Exercise directions: Go through the data from its first line and retype each line, stopping once the line containing "v -280 170 -180" has been retyped.

Given entries:
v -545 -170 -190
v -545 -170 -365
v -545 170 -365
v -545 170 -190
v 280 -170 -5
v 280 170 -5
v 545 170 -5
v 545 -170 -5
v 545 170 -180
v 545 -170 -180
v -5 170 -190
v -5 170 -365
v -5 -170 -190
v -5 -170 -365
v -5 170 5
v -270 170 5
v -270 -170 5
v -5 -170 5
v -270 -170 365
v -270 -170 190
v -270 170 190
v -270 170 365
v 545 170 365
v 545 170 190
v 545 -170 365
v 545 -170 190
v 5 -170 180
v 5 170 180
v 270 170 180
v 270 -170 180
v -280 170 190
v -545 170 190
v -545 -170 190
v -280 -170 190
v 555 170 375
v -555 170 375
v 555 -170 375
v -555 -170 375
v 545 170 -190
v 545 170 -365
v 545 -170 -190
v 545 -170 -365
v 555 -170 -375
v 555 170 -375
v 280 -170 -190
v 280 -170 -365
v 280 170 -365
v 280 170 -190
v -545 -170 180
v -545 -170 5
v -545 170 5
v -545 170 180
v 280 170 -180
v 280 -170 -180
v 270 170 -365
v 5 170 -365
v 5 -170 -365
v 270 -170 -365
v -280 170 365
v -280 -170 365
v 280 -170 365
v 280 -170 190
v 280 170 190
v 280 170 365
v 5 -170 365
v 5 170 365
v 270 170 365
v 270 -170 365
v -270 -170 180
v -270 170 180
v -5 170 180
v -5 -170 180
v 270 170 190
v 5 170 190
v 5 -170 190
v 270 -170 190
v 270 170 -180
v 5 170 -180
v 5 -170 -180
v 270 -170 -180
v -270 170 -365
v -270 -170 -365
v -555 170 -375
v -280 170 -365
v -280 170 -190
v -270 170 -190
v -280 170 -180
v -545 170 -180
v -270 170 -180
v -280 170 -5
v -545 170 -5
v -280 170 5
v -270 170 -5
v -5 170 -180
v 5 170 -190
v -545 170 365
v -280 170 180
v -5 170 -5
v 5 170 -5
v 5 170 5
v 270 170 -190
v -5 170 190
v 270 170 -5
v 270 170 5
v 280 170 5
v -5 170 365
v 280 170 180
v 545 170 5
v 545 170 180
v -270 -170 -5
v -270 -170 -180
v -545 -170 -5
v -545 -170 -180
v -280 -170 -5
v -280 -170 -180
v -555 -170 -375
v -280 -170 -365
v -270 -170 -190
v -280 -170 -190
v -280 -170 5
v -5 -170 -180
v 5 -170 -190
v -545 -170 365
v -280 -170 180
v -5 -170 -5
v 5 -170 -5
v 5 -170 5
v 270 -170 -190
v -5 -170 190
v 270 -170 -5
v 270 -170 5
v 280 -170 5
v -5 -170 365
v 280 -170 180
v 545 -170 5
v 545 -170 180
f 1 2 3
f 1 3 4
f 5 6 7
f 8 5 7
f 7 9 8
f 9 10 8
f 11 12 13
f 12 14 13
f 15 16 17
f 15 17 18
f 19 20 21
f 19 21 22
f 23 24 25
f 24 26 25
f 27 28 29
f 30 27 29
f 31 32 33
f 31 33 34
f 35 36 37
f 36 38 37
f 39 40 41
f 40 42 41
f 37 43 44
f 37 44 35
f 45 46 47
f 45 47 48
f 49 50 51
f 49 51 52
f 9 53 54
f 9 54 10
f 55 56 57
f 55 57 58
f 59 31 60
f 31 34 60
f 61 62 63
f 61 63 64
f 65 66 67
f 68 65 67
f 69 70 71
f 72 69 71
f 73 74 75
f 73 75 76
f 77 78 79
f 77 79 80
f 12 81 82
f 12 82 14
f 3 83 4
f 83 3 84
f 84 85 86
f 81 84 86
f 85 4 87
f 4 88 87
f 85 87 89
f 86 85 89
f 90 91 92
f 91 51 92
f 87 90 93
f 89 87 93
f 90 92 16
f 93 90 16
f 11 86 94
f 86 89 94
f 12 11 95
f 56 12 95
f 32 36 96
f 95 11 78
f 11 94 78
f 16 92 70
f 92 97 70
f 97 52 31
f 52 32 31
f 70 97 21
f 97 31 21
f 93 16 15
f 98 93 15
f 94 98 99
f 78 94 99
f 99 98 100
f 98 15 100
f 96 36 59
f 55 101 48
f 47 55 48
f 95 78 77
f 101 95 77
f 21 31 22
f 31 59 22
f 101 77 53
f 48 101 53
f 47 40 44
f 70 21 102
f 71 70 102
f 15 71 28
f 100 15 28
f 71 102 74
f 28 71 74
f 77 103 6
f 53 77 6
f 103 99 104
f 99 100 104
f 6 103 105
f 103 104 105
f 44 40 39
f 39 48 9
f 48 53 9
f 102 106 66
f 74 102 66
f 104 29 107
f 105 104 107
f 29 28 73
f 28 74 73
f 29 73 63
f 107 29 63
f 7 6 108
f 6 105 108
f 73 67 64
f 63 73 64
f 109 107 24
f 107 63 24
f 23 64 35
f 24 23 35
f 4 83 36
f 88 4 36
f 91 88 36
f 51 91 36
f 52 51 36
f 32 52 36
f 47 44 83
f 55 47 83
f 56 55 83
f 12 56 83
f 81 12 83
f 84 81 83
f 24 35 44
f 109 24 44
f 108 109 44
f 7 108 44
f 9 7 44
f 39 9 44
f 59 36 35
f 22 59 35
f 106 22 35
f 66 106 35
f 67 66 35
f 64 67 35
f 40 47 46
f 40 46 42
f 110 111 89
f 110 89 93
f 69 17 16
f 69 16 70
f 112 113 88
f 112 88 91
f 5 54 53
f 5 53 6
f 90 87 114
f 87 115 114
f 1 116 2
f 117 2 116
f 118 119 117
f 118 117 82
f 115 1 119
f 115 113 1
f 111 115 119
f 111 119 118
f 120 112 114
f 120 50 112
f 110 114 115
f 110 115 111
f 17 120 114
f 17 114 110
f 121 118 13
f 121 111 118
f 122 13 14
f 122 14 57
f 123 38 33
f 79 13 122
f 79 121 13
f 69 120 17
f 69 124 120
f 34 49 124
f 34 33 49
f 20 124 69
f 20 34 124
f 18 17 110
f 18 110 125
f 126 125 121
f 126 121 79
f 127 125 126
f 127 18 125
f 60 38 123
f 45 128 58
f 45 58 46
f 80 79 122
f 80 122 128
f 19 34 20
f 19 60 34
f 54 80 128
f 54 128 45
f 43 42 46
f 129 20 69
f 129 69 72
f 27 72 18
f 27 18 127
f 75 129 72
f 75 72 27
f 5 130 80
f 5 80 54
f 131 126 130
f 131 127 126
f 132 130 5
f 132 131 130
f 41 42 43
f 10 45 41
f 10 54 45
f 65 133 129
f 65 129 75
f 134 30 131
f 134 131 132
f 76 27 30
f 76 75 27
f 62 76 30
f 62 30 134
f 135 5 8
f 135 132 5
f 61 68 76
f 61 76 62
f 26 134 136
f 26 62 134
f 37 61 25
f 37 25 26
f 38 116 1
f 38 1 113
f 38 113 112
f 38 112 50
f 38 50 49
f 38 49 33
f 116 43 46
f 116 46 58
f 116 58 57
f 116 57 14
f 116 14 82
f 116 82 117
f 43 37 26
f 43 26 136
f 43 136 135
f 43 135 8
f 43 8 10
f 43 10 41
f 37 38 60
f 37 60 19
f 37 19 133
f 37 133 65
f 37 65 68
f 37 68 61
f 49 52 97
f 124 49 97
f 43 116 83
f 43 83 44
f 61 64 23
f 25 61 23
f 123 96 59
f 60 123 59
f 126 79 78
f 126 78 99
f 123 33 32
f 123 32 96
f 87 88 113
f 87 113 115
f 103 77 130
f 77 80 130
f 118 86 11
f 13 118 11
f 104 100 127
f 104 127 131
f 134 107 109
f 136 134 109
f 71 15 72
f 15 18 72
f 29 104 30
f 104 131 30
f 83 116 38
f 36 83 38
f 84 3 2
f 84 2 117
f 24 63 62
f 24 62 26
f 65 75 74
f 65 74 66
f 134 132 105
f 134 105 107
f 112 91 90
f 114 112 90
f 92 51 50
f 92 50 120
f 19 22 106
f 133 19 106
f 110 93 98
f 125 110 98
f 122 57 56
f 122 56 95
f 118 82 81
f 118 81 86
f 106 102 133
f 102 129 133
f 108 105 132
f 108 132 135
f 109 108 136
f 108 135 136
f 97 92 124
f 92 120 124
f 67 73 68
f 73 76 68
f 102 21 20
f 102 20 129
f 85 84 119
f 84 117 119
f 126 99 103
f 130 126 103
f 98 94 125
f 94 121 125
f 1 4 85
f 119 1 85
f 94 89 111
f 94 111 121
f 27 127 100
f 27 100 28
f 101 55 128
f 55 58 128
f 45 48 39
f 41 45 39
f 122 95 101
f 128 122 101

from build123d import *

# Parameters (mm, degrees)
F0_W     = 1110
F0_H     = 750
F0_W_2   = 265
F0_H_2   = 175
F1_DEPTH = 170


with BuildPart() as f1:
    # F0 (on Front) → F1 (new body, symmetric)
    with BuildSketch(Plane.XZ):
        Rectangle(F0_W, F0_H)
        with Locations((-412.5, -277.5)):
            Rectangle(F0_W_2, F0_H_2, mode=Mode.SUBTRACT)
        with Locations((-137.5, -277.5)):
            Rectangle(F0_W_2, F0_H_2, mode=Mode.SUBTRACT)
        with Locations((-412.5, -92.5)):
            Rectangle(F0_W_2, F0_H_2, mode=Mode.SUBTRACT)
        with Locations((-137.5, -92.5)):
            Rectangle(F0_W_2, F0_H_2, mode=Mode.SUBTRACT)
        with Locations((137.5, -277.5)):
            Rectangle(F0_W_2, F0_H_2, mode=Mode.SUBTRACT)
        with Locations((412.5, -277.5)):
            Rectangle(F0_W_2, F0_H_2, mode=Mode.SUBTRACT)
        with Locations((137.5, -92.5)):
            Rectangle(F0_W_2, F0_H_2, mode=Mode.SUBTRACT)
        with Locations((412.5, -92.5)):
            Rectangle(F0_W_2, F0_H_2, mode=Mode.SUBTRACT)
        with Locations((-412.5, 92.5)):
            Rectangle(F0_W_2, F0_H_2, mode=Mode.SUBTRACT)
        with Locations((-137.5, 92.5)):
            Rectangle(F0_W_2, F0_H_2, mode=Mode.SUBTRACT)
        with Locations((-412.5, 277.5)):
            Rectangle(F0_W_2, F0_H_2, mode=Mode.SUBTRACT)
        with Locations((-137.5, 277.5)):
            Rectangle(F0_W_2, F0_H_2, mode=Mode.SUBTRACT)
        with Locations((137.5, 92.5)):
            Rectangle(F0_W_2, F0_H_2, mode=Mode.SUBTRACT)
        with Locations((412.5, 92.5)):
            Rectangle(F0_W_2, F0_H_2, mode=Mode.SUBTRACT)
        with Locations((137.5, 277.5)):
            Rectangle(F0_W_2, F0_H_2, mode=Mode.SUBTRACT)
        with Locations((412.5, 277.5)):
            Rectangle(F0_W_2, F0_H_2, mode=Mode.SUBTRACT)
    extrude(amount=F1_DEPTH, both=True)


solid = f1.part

Written response:
v -545 -170 -190
v -545 -170 -365
v -545 170 -365
v -545 170 -190
v 280 -170 -5
v 280 170 -5
v 545 170 -5
v 545 -170 -5
v 545 170 -180
v 545 -170 -180
v -5 170 -190
v -5 170 -365
v -5 -170 -190
v -5 -170 -365
v -5 170 5
v -270 170 5
v -270 -170 5
v -5 -170 5
v -270 -170 365
v -270 -170 190
v -270 170 190
v -270 170 365
v 545 170 365
v 545 170 190
v 545 -170 365
v 545 -170 190
v 5 -170 180
v 5 170 180
v 270 170 180
v 270 -170 180
v -280 170 190
v -545 170 190
v -545 -170 190
v -280 -170 190
v 555 170 375
v -555 170 375
v 555 -170 375
v -555 -170 375
v 545 170 -190
v 545 170 -365
v 545 -170 -190
v 545 -170 -365
v 555 -170 -375
v 555 170 -375
v 280 -170 -190
v 280 -170 -365
v 280 170 -365
v 280 170 -190
v -545 -170 180
v -545 -170 5
v -545 170 5
v -545 170 180
v 280 170 -180
v 280 -170 -180
v 270 170 -365
v 5 170 -365
v 5 -170 -365
v 270 -170 -365
v -280 170 365
v -280 -170 365
v 280 -170 365
v 280 -170 190
v 280 170 190
v 280 170 365
v 5 -170 365
v 5 170 365
v 270 170 365
v 270 -170 365
v -270 -170 180
v -270 170 180
v -5 170 180
v -5 -170 180
v 270 170 190
v 5 170 190
v 5 -170 190
v 270 -170 190
v 270 170 -180
v 5 170 -180
v 5 -170 -180
v 270 -170 -180
v -270 170 -365
v -270 -170 -365
v -555 170 -375
v -280 170 -365
v -280 170 -190
v -270 170 -190
v -280 170 -180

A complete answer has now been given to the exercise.